» Task item: Write out exactly the lines from the first line of the records below through the line that contains "v 6.396 149.902 99.795", and stop there.
BEGIN Records provided
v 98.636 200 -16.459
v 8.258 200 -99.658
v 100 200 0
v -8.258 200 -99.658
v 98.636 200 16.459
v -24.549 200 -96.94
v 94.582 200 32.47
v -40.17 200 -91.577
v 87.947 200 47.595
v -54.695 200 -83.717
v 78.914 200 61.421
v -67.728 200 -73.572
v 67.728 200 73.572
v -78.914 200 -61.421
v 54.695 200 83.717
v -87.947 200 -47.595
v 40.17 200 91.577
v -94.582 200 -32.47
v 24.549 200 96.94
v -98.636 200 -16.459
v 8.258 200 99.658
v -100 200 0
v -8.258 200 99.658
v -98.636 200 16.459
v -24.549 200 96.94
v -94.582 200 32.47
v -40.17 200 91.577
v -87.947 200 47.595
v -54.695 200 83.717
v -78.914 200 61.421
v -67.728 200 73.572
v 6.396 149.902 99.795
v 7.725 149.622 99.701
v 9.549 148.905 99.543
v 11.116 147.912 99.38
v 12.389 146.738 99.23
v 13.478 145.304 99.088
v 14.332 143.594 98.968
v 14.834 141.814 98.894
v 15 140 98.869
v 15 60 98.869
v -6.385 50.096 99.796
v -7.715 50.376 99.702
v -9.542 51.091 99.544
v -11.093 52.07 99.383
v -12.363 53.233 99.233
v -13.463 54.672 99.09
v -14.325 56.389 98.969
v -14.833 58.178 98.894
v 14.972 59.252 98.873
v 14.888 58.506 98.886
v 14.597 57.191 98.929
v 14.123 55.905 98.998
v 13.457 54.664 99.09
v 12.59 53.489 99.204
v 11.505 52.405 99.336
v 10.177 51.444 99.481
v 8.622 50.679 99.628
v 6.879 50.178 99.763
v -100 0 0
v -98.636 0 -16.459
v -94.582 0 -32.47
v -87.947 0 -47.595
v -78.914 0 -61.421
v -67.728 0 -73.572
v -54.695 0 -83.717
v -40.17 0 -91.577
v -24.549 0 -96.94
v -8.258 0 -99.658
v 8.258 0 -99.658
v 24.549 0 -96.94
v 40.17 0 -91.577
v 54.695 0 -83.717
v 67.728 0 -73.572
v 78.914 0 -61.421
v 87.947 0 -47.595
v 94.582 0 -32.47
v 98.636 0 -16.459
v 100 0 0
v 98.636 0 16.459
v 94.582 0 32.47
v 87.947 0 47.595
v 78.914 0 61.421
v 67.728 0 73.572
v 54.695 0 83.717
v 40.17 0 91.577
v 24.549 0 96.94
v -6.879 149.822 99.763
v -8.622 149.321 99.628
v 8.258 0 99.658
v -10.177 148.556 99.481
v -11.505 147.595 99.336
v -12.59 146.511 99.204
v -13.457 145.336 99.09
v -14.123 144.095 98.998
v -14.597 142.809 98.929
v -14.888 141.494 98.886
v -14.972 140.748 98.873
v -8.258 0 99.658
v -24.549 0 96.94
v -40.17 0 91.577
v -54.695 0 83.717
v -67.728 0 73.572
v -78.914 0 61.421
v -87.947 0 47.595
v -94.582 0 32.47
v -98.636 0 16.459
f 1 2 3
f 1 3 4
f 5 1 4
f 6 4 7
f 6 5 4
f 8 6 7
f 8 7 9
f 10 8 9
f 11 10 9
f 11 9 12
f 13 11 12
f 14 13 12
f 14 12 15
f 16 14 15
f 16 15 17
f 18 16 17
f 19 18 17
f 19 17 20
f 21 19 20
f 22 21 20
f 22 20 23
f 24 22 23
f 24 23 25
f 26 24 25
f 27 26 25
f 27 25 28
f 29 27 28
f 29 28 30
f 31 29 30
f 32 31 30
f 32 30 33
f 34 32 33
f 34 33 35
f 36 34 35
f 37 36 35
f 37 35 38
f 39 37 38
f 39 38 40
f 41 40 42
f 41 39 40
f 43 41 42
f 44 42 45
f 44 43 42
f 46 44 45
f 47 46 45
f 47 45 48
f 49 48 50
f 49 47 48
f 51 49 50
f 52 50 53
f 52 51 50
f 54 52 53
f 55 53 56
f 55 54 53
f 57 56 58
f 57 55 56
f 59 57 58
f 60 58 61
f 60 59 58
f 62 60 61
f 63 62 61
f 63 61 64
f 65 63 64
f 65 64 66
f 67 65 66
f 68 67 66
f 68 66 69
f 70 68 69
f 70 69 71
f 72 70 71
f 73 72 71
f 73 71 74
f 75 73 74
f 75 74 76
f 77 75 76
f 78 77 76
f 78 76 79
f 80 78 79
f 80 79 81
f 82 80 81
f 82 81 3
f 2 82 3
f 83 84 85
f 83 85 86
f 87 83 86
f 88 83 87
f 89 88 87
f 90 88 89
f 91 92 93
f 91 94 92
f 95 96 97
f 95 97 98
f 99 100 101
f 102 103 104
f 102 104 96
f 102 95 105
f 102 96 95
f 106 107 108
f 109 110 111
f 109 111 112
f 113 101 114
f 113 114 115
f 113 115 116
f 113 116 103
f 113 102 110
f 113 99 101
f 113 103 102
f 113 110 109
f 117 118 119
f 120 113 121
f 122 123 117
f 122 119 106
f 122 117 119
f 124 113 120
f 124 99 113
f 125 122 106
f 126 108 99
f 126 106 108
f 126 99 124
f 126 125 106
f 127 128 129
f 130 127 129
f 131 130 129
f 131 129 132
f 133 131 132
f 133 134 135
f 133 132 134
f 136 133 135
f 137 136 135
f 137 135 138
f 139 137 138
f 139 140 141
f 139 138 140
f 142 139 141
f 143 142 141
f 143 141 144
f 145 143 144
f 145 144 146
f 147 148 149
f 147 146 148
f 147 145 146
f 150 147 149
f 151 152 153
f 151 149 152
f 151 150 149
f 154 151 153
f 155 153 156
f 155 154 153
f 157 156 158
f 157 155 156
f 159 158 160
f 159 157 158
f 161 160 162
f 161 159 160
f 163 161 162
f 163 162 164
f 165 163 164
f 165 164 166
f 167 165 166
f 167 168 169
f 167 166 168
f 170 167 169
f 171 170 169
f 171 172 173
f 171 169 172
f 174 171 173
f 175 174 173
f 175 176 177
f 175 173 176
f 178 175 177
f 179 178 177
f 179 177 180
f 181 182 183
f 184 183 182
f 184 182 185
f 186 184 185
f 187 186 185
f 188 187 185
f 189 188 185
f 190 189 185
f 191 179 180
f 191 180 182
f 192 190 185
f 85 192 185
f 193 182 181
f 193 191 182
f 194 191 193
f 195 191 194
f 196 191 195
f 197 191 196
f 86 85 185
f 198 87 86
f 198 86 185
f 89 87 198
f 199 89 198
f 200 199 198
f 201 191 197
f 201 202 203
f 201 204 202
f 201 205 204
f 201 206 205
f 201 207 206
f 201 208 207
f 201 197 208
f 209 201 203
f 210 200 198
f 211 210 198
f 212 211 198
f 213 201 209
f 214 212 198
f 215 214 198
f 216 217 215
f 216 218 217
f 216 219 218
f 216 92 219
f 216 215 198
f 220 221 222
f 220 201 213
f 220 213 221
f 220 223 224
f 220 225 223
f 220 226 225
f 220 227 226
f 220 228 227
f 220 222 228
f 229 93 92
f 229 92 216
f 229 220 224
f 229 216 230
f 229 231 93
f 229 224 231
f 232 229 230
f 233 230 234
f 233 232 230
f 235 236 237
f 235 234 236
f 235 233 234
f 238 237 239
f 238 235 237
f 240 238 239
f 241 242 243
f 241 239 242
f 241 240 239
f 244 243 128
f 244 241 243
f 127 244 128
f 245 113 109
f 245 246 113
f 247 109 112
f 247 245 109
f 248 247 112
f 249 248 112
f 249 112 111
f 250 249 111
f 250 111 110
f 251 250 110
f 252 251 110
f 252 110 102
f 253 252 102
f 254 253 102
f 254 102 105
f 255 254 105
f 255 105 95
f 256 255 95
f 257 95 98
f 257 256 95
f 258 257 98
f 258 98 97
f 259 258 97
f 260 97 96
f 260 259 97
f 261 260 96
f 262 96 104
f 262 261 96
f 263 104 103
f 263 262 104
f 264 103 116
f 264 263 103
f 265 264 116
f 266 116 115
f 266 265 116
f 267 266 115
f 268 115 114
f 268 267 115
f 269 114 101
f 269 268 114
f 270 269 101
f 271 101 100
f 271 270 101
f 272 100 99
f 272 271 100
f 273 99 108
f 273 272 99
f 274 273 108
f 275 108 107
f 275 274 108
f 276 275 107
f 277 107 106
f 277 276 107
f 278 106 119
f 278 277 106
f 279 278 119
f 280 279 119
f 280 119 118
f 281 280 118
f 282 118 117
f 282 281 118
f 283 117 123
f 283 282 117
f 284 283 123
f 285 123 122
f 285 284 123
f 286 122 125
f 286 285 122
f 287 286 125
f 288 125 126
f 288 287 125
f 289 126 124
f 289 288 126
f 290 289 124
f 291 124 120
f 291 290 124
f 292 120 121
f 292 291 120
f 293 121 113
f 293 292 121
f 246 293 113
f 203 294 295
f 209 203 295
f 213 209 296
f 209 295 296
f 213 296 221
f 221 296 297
END Records provided
» Solution to the problem:
v 98.636 200 -16.459
v 8.258 200 -99.658
v 100 200 0
v -8.258 200 -99.658
v 98.636 200 16.459
v -24.549 200 -96.94
v 94.582 200 32.47
v -40.17 200 -91.577
v 87.947 200 47.595
v -54.695 200 -83.717
v 78.914 200 61.421
v -67.728 200 -73.572
v 67.728 200 73.572
v -78.914 200 -61.421
v 54.695 200 83.717
v -87.947 200 -47.595
v 40.17 200 91.577
v -94.582 200 -32.47
v 24.549 200 96.94
v -98.636 200 -16.459
v 8.258 200 99.658
v -100 200 0
v -8.258 200 99.658
v -98.636 200 16.459
v -24.549 200 96.94
v -94.582 200 32.47
v -40.17 200 91.577
v -87.947 200 47.595
v -54.695 200 83.717
v -78.914 200 61.421
v -67.728 200 73.572
v 6.396 149.902 99.795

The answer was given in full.